:: PROMPT ::
Could you reproduce the lines below from the one with "point P1 (121.924, 0)" through the one with "line L4 (-5.5, 8.75)"? Keep both ends and add nothing.

:: PROVIDED INFORMATION ::

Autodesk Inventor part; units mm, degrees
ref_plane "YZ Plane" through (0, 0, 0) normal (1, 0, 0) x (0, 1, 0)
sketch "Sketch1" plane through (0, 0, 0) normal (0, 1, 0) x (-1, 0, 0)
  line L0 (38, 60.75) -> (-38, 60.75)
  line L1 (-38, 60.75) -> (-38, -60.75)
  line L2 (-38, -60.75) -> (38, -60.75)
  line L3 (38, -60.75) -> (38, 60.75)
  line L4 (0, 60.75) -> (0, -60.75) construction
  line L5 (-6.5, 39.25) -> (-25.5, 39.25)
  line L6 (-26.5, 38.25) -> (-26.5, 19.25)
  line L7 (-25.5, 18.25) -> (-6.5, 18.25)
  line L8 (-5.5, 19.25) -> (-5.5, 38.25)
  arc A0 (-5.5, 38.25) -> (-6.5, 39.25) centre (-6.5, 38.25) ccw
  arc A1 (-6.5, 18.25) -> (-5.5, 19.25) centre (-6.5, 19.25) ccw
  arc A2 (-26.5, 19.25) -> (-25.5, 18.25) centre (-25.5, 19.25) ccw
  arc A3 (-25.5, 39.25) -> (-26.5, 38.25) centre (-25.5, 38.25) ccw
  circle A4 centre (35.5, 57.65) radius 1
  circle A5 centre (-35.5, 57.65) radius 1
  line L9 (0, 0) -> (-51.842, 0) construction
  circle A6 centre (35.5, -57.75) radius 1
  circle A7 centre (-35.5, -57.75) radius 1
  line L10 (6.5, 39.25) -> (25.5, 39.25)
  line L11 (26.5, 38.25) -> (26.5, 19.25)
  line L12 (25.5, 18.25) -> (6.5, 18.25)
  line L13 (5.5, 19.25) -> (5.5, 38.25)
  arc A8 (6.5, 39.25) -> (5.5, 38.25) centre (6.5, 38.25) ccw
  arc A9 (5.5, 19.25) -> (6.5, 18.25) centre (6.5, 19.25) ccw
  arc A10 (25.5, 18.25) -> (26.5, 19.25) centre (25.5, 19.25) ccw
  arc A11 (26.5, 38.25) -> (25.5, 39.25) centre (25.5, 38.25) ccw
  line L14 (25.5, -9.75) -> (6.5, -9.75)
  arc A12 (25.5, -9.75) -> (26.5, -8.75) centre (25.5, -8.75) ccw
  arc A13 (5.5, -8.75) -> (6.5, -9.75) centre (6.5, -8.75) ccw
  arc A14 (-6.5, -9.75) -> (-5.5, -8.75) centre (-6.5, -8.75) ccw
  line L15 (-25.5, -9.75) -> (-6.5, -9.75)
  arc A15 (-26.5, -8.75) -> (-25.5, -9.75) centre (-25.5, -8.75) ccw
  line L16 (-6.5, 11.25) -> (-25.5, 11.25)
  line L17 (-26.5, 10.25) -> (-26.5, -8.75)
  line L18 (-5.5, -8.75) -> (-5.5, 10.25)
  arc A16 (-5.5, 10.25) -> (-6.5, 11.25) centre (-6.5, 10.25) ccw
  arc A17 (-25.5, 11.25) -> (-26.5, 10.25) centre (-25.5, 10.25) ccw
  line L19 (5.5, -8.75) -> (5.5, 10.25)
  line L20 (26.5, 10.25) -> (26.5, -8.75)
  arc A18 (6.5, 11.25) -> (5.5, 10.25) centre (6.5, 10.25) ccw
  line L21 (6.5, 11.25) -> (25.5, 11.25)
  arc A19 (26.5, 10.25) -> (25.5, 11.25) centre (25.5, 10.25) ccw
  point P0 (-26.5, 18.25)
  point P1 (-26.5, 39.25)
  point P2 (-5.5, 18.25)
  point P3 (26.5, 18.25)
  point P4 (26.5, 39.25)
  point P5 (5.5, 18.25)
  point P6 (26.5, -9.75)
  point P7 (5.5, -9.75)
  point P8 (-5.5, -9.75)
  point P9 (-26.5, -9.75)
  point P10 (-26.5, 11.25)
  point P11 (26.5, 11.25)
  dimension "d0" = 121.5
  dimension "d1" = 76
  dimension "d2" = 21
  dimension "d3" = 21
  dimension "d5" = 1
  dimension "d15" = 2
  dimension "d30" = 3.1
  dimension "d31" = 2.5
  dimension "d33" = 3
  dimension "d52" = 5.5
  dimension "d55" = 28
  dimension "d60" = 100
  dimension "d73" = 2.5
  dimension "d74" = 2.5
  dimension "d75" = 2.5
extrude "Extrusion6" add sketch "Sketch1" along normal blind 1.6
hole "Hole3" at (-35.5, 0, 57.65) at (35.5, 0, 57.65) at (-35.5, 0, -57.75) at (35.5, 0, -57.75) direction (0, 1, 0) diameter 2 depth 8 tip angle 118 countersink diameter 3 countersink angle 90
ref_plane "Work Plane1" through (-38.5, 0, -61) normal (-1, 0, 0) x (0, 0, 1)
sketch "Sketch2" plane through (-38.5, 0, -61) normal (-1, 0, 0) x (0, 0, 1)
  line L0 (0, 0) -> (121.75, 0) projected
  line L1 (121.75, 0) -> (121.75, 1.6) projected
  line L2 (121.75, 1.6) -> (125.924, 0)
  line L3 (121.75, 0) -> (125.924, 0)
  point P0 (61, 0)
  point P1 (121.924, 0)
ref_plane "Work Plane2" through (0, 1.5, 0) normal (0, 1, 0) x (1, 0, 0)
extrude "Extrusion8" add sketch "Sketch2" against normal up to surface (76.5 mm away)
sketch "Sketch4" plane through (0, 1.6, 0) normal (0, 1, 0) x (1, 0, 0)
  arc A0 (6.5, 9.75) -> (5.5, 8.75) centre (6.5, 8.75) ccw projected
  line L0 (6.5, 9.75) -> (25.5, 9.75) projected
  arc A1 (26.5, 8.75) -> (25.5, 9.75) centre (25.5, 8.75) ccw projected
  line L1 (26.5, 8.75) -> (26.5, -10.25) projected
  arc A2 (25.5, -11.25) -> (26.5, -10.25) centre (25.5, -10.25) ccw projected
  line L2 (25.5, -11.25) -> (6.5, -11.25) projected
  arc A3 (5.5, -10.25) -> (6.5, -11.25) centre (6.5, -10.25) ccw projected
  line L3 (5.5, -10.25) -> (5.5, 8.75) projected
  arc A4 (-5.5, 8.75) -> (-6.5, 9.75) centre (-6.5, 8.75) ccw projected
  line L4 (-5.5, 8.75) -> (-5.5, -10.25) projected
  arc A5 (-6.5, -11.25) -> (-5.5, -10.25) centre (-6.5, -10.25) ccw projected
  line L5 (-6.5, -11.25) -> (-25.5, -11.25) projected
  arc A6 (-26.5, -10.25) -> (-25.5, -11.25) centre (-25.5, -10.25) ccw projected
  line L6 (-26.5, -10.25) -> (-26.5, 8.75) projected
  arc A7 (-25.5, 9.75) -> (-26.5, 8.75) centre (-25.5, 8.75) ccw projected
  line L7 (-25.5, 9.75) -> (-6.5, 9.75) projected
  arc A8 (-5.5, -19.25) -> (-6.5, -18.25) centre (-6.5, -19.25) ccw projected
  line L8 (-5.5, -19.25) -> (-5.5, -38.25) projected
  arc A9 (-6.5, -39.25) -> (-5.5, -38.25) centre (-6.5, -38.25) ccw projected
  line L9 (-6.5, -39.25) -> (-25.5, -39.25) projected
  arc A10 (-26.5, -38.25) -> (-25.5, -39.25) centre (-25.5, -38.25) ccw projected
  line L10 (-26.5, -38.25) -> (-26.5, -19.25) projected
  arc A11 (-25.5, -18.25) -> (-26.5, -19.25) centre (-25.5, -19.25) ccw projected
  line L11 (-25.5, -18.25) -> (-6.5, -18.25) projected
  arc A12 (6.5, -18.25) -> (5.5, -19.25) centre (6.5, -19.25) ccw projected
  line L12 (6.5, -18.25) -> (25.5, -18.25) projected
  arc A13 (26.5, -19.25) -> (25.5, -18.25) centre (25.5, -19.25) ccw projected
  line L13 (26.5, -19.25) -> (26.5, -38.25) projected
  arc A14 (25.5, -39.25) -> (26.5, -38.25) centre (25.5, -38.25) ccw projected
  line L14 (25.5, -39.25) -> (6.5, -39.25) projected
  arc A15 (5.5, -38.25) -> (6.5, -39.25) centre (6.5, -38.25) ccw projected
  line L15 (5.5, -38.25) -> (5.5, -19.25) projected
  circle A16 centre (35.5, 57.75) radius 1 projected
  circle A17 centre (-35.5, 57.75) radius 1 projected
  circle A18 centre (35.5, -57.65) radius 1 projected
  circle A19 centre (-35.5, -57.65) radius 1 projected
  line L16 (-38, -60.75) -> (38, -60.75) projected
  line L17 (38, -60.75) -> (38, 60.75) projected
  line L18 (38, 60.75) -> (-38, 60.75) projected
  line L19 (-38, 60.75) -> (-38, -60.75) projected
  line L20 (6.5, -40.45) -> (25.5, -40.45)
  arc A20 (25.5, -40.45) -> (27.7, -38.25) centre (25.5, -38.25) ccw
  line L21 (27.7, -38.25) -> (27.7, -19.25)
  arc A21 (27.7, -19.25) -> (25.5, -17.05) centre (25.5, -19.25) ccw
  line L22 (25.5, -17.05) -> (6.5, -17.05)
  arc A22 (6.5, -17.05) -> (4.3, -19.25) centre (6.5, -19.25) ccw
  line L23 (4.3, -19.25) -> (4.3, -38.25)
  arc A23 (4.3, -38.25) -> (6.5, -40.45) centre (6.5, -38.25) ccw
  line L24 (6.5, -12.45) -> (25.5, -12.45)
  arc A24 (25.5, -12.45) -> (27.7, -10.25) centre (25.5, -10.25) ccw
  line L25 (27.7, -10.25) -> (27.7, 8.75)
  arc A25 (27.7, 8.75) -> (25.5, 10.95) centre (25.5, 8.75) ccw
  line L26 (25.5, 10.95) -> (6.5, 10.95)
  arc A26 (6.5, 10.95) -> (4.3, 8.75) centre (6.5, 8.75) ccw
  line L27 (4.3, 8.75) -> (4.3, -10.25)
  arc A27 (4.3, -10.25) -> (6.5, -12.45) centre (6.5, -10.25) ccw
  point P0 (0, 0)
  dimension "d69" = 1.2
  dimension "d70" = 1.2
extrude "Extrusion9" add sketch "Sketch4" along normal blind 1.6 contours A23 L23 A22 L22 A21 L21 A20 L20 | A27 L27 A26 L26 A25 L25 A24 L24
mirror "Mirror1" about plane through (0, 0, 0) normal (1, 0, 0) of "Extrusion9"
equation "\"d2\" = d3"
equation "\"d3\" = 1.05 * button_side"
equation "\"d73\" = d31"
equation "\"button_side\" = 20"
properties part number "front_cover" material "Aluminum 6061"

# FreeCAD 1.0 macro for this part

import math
import FreeCAD as App
import Part
import Sketcher

V = App.Vector
Q = App.Units.Quantity

doc = App.newDocument("Part")
body = doc.addObject("PartDesign::Body", "Body")

# Sketch on XZ plane
sketch1 = doc.addObject("Sketcher::SketchObject", "Sketch")
body.addObject(sketch1)
sketch1.AttachmentSupport = (doc.XZ_Plane, [""])
sketch1.MapMode = "FlatFace"
sketch1.addGeometry([
    Part.LineSegment(V(-38, -60.75, 0), V(-38, 60.75, 0)),  # 0
    Part.LineSegment(V(-38, 60.75, 0), V(38, 60.75, 0)),  # 1
    Part.LineSegment(V(38, 60.75, 0), V(38, -60.75, 0)),  # 2
    Part.LineSegment(V(38, -60.75, 0), V(-38, -60.75, 0)),  # 3
    Part.Circle(V(35.5, -57.75, 0), V(0, 0, 1), 1),  # 4
    Part.Circle(V(-35.5, -57.75, 0), V(0, 0, 1), 1),  # 5
    Part.ArcOfCircle(Part.Circle(V(6.5, -8.75, 0), V(0, 0, 1), 1), math.radians(180), math.radians(270)),  # 6
    Part.LineSegment(V(6.5, -9.75, 0), V(25.5, -9.75, 0)),  # 7
    Part.ArcOfCircle(Part.Circle(V(25.5, -8.75, 0), V(0, 0, 1), 1), math.radians(-90), math.radians(0)),  # 8
    Part.LineSegment(V(26.5, -8.75, 0), V(26.5, 10.25, 0)),  # 9
    Part.ArcOfCircle(Part.Circle(V(25.5, 10.25, 0), V(0, 0, 1), 1), math.radians(0), math.radians(90)),  # 10
    Part.LineSegment(V(25.5, 11.25, 0), V(6.5, 11.25, 0)),  # 11
    Part.ArcOfCircle(Part.Circle(V(6.5, 10.25, 0), V(0, 0, 1), 1), math.radians(90), math.radians(180)),  # 12
    Part.LineSegment(V(5.5, 10.25, 0), V(5.5, -8.75, 0)),  # 13
    Part.LineSegment(V(25.5, 39.25, 0), V(6.5, 39.25, 0)),  # 14
    Part.ArcOfCircle(Part.Circle(V(6.5, 38.25, 0), V(0, 0, 1), 1), math.radians(90), math.radians(180)),  # 15
    Part.LineSegment(V(5.5, 38.25, 0), V(5.5, 19.25, 0)),  # 16
    Part.ArcOfCircle(Part.Circle(V(6.5, 19.25, 0), V(0, 0, 1), 1), math.radians(180), math.radians(270)),  # 17
    Part.LineSegment(V(6.5, 18.25, 0), V(25.5, 18.25, 0)),  # 18
    Part.ArcOfCircle(Part.Circle(V(25.5, 19.25, 0), V(0, 0, 1), 1), math.radians(-90), math.radians(0)),  # 19
    Part.LineSegment(V(26.5, 19.25, 0), V(26.5, 38.25, 0)),  # 20
    Part.ArcOfCircle(Part.Circle(V(25.5, 38.25, 0), V(0, 0, 1), 1), math.radians(0), math.radians(90)),  # 21
    Part.Circle(V(35.5, 57.65, 0), V(0, 0, 1), 1),  # 22
    Part.ArcOfCircle(Part.Circle(V(-25.5, -8.75, 0), V(0, 0, 1), 1), math.radians(180), math.radians(270)),  # 23
    Part.LineSegment(V(-25.5, -9.75, 0), V(-6.5, -9.75, 0)),  # 24
    Part.ArcOfCircle(Part.Circle(V(-6.5, -8.75, 0), V(0, 0, 1), 1), math.radians(-90), math.radians(0)),  # 25
    Part.LineSegment(V(-5.5, -8.75, 0), V(-5.5, 10.25, 0)),  # 26
    Part.ArcOfCircle(Part.Circle(V(-6.5, 10.25, 0), V(0, 0, 1), 1), math.radians(0), math.radians(90)),  # 27
    Part.LineSegment(V(-6.5, 11.25, 0), V(-25.5, 11.25, 0)),  # 28
    Part.ArcOfCircle(Part.Circle(V(-25.5, 10.25, 0), V(0, 0, 1), 1), math.radians(90), math.radians(180)),  # 29
    Part.LineSegment(V(-26.5, 10.25, 0), V(-26.5, -8.75, 0)),  # 30
    Part.ArcOfCircle(Part.Circle(V(-6.5, 38.25, 0), V(0, 0, 1), 1), math.radians(0), math.radians(90)),  # 31
    Part.LineSegment(V(-6.5, 39.25, 0), V(-25.5, 39.25, 0)),  # 32
    Part.ArcOfCircle(Part.Circle(V(-25.5, 38.25, 0), V(0, 0, 1), 1), math.radians(90), math.radians(180)),  # 33
    Part.LineSegment(V(-26.5, 38.25, 0), V(-26.5, 19.25, 0)),  # 34
    Part.ArcOfCircle(Part.Circle(V(-25.5, 19.25, 0), V(0, 0, 1), 1), math.radians(180), math.radians(270)),  # 35
    Part.LineSegment(V(-25.5, 18.25, 0), V(-6.5, 18.25, 0)),  # 36
    Part.ArcOfCircle(Part.Circle(V(-6.5, 19.25, 0), V(0, 0, 1), 1), math.radians(-90), math.radians(0)),  # 37
    Part.LineSegment(V(-5.5, 19.25, 0), V(-5.5, 38.25, 0)),  # 38
    Part.Circle(V(-35.5, 57.65, 0), V(0, 0, 1), 1),  # 39
], False)
sketch1.addConstraint([
    Sketcher.Constraint("Coincident", 0, 2, 1, 1),
    Sketcher.Constraint("Coincident", 1, 2, 2, 1),
    Sketcher.Constraint("Coincident", 2, 2, 3, 1),
    Sketcher.Constraint("Coincident", 3, 2, 0, 1),
    Sketcher.Constraint("Tangent", 6, 2, 7, 1),
    Sketcher.Constraint("Tangent", 7, 2, 8, 1),
    Sketcher.Constraint("Tangent", 8, 2, 9, 1),
    Sketcher.Constraint("Tangent", 9, 2, 10, 1),
    Sketcher.Constraint("Tangent", 10, 2, 11, 1),
    Sketcher.Constraint("Tangent", 11, 2, 12, 1),
    Sketcher.Constraint("Tangent", 12, 2, 13, 1),
    Sketcher.Constraint("Tangent", 13, 2, 6, 1),
    Sketcher.Constraint("Tangent", 14, 2, 15, 1),
    Sketcher.Constraint("Tangent", 15, 2, 16, 1),
    Sketcher.Constraint("Tangent", 16, 2, 17, 1),
    Sketcher.Constraint("Tangent", 17, 2, 18, 1),
    Sketcher.Constraint("Tangent", 18, 2, 19, 1),
    Sketcher.Constraint("Tangent", 19, 2, 20, 1),
    Sketcher.Constraint("Tangent", 20, 2, 21, 1),
    Sketcher.Constraint("Tangent", 21, 2, 14, 1),
    Sketcher.Constraint("Tangent", 23, 2, 24, 1),
    Sketcher.Constraint("Tangent", 24, 2, 25, 1),
    Sketcher.Constraint("Tangent", 25, 2, 26, 1),
    Sketcher.Constraint("Tangent", 26, 2, 27, 1),
    Sketcher.Constraint("Tangent", 27, 2, 28, 1),
    Sketcher.Constraint("Tangent", 28, 2, 29, 1),
    Sketcher.Constraint("Tangent", 29, 2, 30, 1),
    Sketcher.Constraint("Tangent", 30, 2, 23, 1),
    Sketcher.Constraint("Tangent", 31, 2, 32, 1),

:: WRITTEN RESPONSE ::
  point P1 (121.924, 0)
ref_plane "Work Plane2" through (0, 1.5, 0) normal (0, 1, 0) x (1, 0, 0)
extrude "Extrusion8" add sketch "Sketch2" against normal up to surface (76.5 mm away)
sketch "Sketch4" plane through (0, 1.6, 0) normal (0, 1, 0) x (1, 0, 0)
  arc A0 (6.5, 9.75) -> (5.5, 8.75) centre (6.5, 8.75) ccw projected
  line L0 (6.5, 9.75) -> (25.5, 9.75) projected
  arc A1 (26.5, 8.75) -> (25.5, 9.75) centre (25.5, 8.75) ccw projected
  line L1 (26.5, 8.75) -> (26.5, -10.25) projected
  arc A2 (25.5, -11.25) -> (26.5, -10.25) centre (25.5, -10.25) ccw projected
  line L2 (25.5, -11.25) -> (6.5, -11.25) projected
  arc A3 (5.5, -10.25) -> (6.5, -11.25) centre (6.5, -10.25) ccw projected
  line L3 (5.5, -10.25) -> (5.5, 8.75) projected
  arc A4 (-5.5, 8.75) -> (-6.5, 9.75) centre (-6.5, 8.75) ccw projected
  line L4 (-5.5, 8.75) -> (-5.5, -10.25) projected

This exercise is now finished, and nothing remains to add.